Characterization of Cu/Ni multilayer coatings by nanoindentation and atomic force microscopy

Cu/Ni multilayer coatings prepared by RF/DC magnetron sputtering process were characterized using x-ray diffraction (XRD), nanoindentation and atomic force microscopy (AFM) techniques. Films deposited under certain deposition conditions showed the appearance of satellite reflections around the principal reflections in the XRD data, indicating the formation of superlattice structure. Nanohardness measurements were performed on the films prepared under different deposition conditions, e.g. modulation wavelength (Λ), copper to nickel thickness ratio (tCu/tNi) and substrate temperature (Ts). Nanohardness data revealed that the hardness was enhanced by a factor of ∼2.5 times that of the rule-of-mixtures value.
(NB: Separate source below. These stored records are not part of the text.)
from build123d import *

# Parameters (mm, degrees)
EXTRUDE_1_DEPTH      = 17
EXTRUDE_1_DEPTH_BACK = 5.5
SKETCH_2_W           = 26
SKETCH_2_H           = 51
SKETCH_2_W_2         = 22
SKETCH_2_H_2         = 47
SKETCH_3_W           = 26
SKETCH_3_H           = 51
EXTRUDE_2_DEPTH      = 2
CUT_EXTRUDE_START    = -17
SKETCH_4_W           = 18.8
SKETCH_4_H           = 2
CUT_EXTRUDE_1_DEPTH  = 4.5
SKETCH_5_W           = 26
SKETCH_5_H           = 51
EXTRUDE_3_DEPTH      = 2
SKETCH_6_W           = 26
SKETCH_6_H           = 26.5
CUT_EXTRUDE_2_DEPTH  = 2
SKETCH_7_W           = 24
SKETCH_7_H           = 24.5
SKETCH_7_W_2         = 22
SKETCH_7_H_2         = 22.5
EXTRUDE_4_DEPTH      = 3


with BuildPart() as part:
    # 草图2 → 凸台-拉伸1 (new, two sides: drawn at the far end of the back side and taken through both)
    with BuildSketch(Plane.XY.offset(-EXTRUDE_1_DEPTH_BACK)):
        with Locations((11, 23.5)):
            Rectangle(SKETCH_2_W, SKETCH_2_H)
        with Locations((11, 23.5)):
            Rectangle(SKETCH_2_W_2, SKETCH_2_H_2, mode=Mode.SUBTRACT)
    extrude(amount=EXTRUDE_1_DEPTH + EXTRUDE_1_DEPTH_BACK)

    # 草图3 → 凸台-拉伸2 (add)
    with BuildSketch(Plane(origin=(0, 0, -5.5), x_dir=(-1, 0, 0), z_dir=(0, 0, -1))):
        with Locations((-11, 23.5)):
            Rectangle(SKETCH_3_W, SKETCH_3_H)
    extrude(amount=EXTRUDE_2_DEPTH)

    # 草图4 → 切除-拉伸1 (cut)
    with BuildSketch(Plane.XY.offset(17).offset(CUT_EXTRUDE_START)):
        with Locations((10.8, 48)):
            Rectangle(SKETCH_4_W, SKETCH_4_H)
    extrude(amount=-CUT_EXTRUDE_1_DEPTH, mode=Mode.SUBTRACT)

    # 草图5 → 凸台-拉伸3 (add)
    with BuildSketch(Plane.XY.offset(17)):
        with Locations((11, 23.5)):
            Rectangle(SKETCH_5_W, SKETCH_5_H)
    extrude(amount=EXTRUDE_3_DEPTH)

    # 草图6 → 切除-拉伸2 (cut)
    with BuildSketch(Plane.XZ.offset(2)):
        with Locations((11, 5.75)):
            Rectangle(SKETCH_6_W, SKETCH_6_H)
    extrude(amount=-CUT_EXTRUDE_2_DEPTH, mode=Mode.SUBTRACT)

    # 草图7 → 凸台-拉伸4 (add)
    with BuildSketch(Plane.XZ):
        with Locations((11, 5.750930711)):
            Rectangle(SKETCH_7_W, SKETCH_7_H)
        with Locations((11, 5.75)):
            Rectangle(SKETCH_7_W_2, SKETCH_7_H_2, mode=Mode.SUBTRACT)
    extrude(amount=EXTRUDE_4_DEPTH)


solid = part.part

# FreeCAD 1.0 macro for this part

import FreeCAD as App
import Part
import Sketcher
from FreeCAD import Vector
Q = App.Units.Quantity


def add_polygon(sketch, points):
    """Adds a closed chain of lines whose ends are joined by coincident constraints."""
    first, n = sketch.GeometryCount, len(points)
    for a, b in zip(points, points[1:] + points[:1]):
        sketch.addGeometry(Part.LineSegment(App.Vector(*a, 0), App.Vector(*b, 0)), False)
    for i in range(n):
        sketch.addConstraint(Sketcher.Constraint("Coincident", first + i, 2, first + (i + 1) % n, 1))

doc = App.newDocument("Part")
params = doc.addObject("Spreadsheet::Sheet", "Params")
for row, (alias, value) in enumerate([
    ("sketch1_width", "26 mm"),
    ("sketch1_width2", "22 mm"),
    ("sketch1_height", "51 mm"),
    ("sketch1_height2", "47 mm"),
    ("pad1_length", "17 mm"),
    ("pad1_length2", "5.5 mm"),
    ("sketch2_width", "26 mm"),
    ("sketch2_height", "51 mm"),
    ("pad2_length", "2 mm"),
    ("sketch3_height", "2 mm"),
    ("sketch3_width", "18.8 mm"),
    ("pocket1_length", "4.5 mm"),
    ("sketch4_width", "26 mm"),
    ("sketch4_height", "51 mm"),
    ("pad3_length", "2 mm"),
    ("sketch5_width", "26 mm"),
    ("sketch5_height", "26.5 mm"),
    ("pocket2_length", "2 mm"),
    ("sketch6_width", "24 mm"),
    ("sketch6_width2", "22 mm"),
    ("sketch6_height", "24.5 mm"),
    ("sketch6_height2", "22.5 mm"),
    ("pad4_length", "3 mm"),
], start=1):
    params.set(f"A{row}", alias)
    params.set(f"B{row}", "=" + value)
    params.setAlias(f"B{row}", alias)

body = doc.addObject("PartDesign::Body", "Body")

# Sketch on XY plane
sketch1 = body.newObject("Sketcher::SketchObject", "Sketch")
sketch1.AttachmentSupport = (doc.getObject("XY_Plane"), [""])
sketch1.MapMode = "FlatFace"
add_polygon(sketch1, [(-2, 49), (-2, -2), (24, -2), (24, 49)])  # lines 0-3
add_polygon(sketch1, [(22, 0), (0, 0), (0, 47), (22, 47)])  # lines 4-7
sketch1.addConstraint(Sketcher.Constraint("Vertical", 0))
sketch1.addConstraint(Sketcher.Constraint("Horizontal", 1))
sketch1.addConstraint(Sketcher.Constraint("Vertical", 2))
sketch1.addConstraint(Sketcher.Constraint("Horizontal", 3))
sketch1.addConstraint(Sketcher.Constraint("Horizontal", 4))
sketch1.addConstraint(Sketcher.Constraint("Vertical", 5))
sketch1.addConstraint(Sketcher.Constraint("Horizontal", 6))
sketch1.addConstraint(Sketcher.Constraint("Vertical", 7))
sketch1.addConstraint(Sketcher.Constraint("Coincident", 4, 2, -1, 1))
sketch1.addConstraint(Sketcher.Constraint("DistanceX", 1, 1, 1, 2, Q("26 mm")))
sketch1.addConstraint(Sketcher.Constraint("DistanceX", 4, 2, 4, 1, Q("22 mm")))
sketch1.addConstraint(Sketcher.Constraint("DistanceY", 0, 2, 0, 1, Q("51 mm")))
sketch1.addConstraint(Sketcher.Constraint("DistanceY", 5, 1, 5, 2, Q("47 mm")))
sketch1.addConstraint(Sketcher.Constraint("DistanceX", 0, 2, -1, 1, Q("2 mm")))
sketch1.addConstraint(Sketcher.Constraint("DistanceY", 0, 2, -1, 1, Q("2 mm")))
sketch1.setExpression("Constraints[17]", "Params.sketch1_width")
sketch1.setExpression("Constraints[18]", "Params.sketch1_width2")
sketch1.setExpression("Constraints[19]", "Params.sketch1_height")
sketch1.setExpression("Constraints[20]", "Params.sketch1_height2")
pad1 = body.newObject("PartDesign::Pad", "Pad")
pad1.Profile = sketch1
pad1.Type = "TwoLengths"
pad1.setExpression("Length", "Params.pad1_length")
pad1.setExpression("Length2", "Params.pad1_length2")

# Sketch on XY plane
sketch2 = body.newObject("Sketcher::SketchObject", "Sketch001")
sketch2.AttachmentSupport = (doc.getObject("XY_Plane"), [""])
sketch2.MapMode = "FlatFace"
sketch2.AttachmentOffset = App.Placement(Vector(0, 0, -5.5), App.Rotation())
add_polygon(sketch2, [(24, 49), (24, -2), (-2, -2), (-2, 49)])  # lines 0-3
sketch2.addConstraint(Sketcher.Constraint("Vertical", 0))
sketch2.addConstraint(Sketcher.Constraint("Horizontal", 1))
sketch2.addConstraint(Sketcher.Constraint("Vertical", 2))
sketch2.addConstraint(Sketcher.Constraint("Horizontal", 3))
sketch2.addConstraint(Sketcher.Constraint("DistanceX", 1, 2, 1, 1, Q("26 mm")))
sketch2.addConstraint(Sketcher.Constraint("DistanceY", 0, 2, 0, 1, Q("51 mm")))
sketch2.addConstraint(Sketcher.Constraint("DistanceX", -1, 1, 0, 2, Q("24 mm")))
sketch2.addConstraint(Sketcher.Constraint("DistanceY", 0, 2, -1, 1, Q("2 mm")))
sketch2.setExpression("Constraints[8]", "Params.sketch2_width")
sketch2.setExpression("Constraints[9]", "Params.sketch2_height")
pad2 = body.newObject("PartDesign::Pad", "Pad001")
pad2.Profile = sketch2
pad2.setExpression("Length", "Params.pad2_length")
pad2.Reversed = True

# Sketch on XY plane
sketch3 = body.newObject("Sketcher::SketchObject", "Sketch002")
sketch3.AttachmentSupport = (doc.getObject("XY_Plane"), [""])
sketch3.MapMode = "FlatFace"
add_polygon(sketch3, [(1.4, 49), (1.4, 47), (20.2, 47), (20.2, 49)])  # lines 0-3
sketch3.addConstraint(Sketcher.Constraint("Vertical", 0))
sketch3.addConstraint(Sketcher.Constraint("Horizontal", 1))
sketch3.addConstraint(Sketcher.Constraint("Vertical", 2))
sketch3.addConstraint(Sketcher.Constraint("Horizontal", 3))
sketch3.addConstraint(Sketcher.Constraint("DistanceY", 0, 2, 0, 1, Q("2 mm")))
sketch3.addConstraint(Sketcher.Constraint("DistanceX", 1, 1, 1, 2, Q("18.8 mm")))
sketch3.addConstraint(Sketcher.Constraint("DistanceY", -1, 1, 0, 2, Q("47 mm")))
sketch3.addConstraint(Sketcher.Constraint("DistanceX", -1, 1, 0, 2, Q("1.4 mm")))
sketch3.setExpression("Constraints[8]", "Params.sketch3_height")
sketch3.setExpression("Constraints[9]", "Params.sketch3_width")
pocket1 = body.newObject("PartDesign::Pocket", "Pocket")
pocket1.Profile = sketch3
pocket1.setExpression("Length", "Params.pocket1_length")

# Sketch on XY plane
sketch4 = body.newObject("Sketcher::SketchObject", "Sketch003")
sketch4.AttachmentSupport = (doc.getObject("XY_Plane"), [""])
sketch4.MapMode = "FlatFace"
sketch4.AttachmentOffset = App.Placement(Vector(0, 0, 17), App.Rotation())
add_polygon(sketch4, [(-2, 49), (-2, -2), (24, -2), (24, 49)])  # lines 0-3
sketch4.addConstraint(Sketcher.Constraint("Vertical", 0))
sketch4.addConstraint(Sketcher.Constraint("Horizontal", 1))
sketch4.addConstraint(Sketcher.Constraint("Vertical", 2))
sketch4.addConstraint(Sketcher.Constraint("Horizontal", 3))
sketch4.addConstraint(Sketcher.Constraint("DistanceX", 1, 1, 1, 2, Q("26 mm")))
sketch4.addConstraint(Sketcher.Constraint("DistanceY", 0, 2, 0, 1, Q("51 mm")))
sketch4.addConstraint(Sketcher.Constraint("DistanceX", 0, 2, -1, 1, Q("2 mm")))
sketch4.addConstraint(Sketcher.Constraint("DistanceY", 0, 2, -1, 1, Q("2 mm")))
sketch4.setExpression("Constraints[8]", "Params.sketch4_width")
sketch4.setExpression("Constraints[9]", "Params.sketch4_height")
pad3 = body.newObject("PartDesign::Pad", "Pad002")
pad3.Profile = sketch4
pad3.setExpression("Length", "Params.pad3_length")

# Sketch on XZ plane
sketch5 = body.newObject("Sketcher::SketchObject", "Sketch004")
sketch5.AttachmentSupport = (doc.getObject("XZ_Plane"), [""])
sketch5.MapMode = "FlatFace"
sketch5.AttachmentOffset = App.Placement(Vector(0, 0, 2), App.Rotation())
add_polygon(sketch5, [(-2, 19), (-2, -8), (24, -8), (24, 19)])  # lines 0-3
sketch5.addConstraint(Sketcher.Constraint("Vertical", 0))
sketch5.addConstraint(Sketcher.Constraint("Horizontal", 1))
sketch5.addConstraint(Sketcher.Constraint("Vertical", 2))
sketch5.addConstraint(Sketcher.Constraint("Horizontal", 3))
sketch5.addConstraint(Sketcher.Constraint("DistanceX", 1, 1, 1, 2, Q("26 mm")))
sketch5.addConstraint(Sketcher.Constraint("DistanceY", 0, 2, 0, 1, Q("26.5 mm")))
sketch5.addConstraint(Sketcher.Constraint("DistanceX", 0, 2, -1, 1, Q("2 mm")))
sketch5.addConstraint(Sketcher.Constraint("DistanceY", -1, 1, 2, 2, Q("19 mm")))
sketch5.setExpression("Constraints[8]", "Params.sketch5_width")
sketch5.setExpression("Constraints[9]", "Params.sketch5_height")
pocket2 = body.newObject("PartDesign::Pocket", "Pocket001")
pocket2.Profile = sketch5
pocket2.setExpression("Length", "Params.pocket2_length")

# Sketch on XZ plane
sketch6 = body.newObject("Sketcher::SketchObject", "Sketch005")
sketch6.AttachmentSupport = (doc.getObject("XZ_Plane"), [""])
sketch6.MapMode = "FlatFace"
add_polygon(sketch6, [(-1, 18), (-1, -6), (23, -6), (23, 18)])  # lines 0-3
add_polygon(sketch6, [(22, -6), (0, -6), (0, 17), (22, 17)])  # lines 4-7
sketch6.addConstraint(Sketcher.Constraint("Vertical", 0))
sketch6.addConstraint(Sketcher.Constraint("Horizontal", 1))
sketch6.addConstraint(Sketcher.Constraint("Vertical", 2))
sketch6.addConstraint(Sketcher.Constraint("Horizontal", 3))
sketch6.addConstraint(Sketcher.Constraint("Horizontal", 4))
sketch6.addConstraint(Sketcher.Constraint("Vertical", 5))
sketch6.addConstraint(Sketcher.Constraint("Horizontal", 6))
sketch6.addConstraint(Sketcher.Constraint("Vertical", 7))
sketch6.addConstraint(Sketcher.Constraint("PointOnObject", 4, 2, -2))
sketch6.addConstraint(Sketcher.Constraint("DistanceX", 1, 1, 1, 2, Q("24 mm")))
sketch6.addConstraint(Sketcher.Constraint("DistanceX", 4, 2, 4, 1, Q("22 mm")))
sketch6.addConstraint(Sketcher.Constraint("DistanceY", 0, 2, 0, 1, Q("24.5 mm")))
sketch6.addConstraint(Sketcher.Constraint("DistanceY", 5, 1, 5, 2, Q("22.5 mm")))
sketch6.addConstraint(Sketcher.Constraint("DistanceX", 0, 2, -1, 1, Q("1 mm")))
sketch6.addConstraint(Sketcher.Constraint("DistanceY", -1, 1, 5, 2, Q("17 mm")))
sketch6.addConstraint(Sketcher.Constraint("DistanceY", 0, 2, -1, 1, Q("6.499069 mm")))
sketch6.setExpression("Constraints[17]", "Params.sketch6_width")
sketch6.setExpression("Constraints[18]", "Params.sketch6_width2")
sketch6.setExpression("Constraints[19]", "Params.sketch6_height")
sketch6.setExpression("Constraints[20]", "Params.sketch6_height2")
pad4 = body.newObject("PartDesign::Pad", "Pad003")
pad4.Profile = sketch6
pad4.setExpression("Length", "Params.pad4_length")

doc.recompute()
This enhancement in hardness occurred over a limited range of Λ. The results indicated that the hardness also depends on the copper to nickel thickness ratio and for tCu/tNi≃0.30 the films exhibited a maximum hardness. The hardness increased almost linearly with substrate temperature up to 200 °C and got saturated at 250 °C. No considerable change in the hardness was observed after vacuum annealing of the coatings. Imaging of the residual imprints by AFM revealed pile-up formation after indentation. The extent of pile-up, a measure of plastic flow of the material, was dependent on the preparation conditions of the multilayer coatings.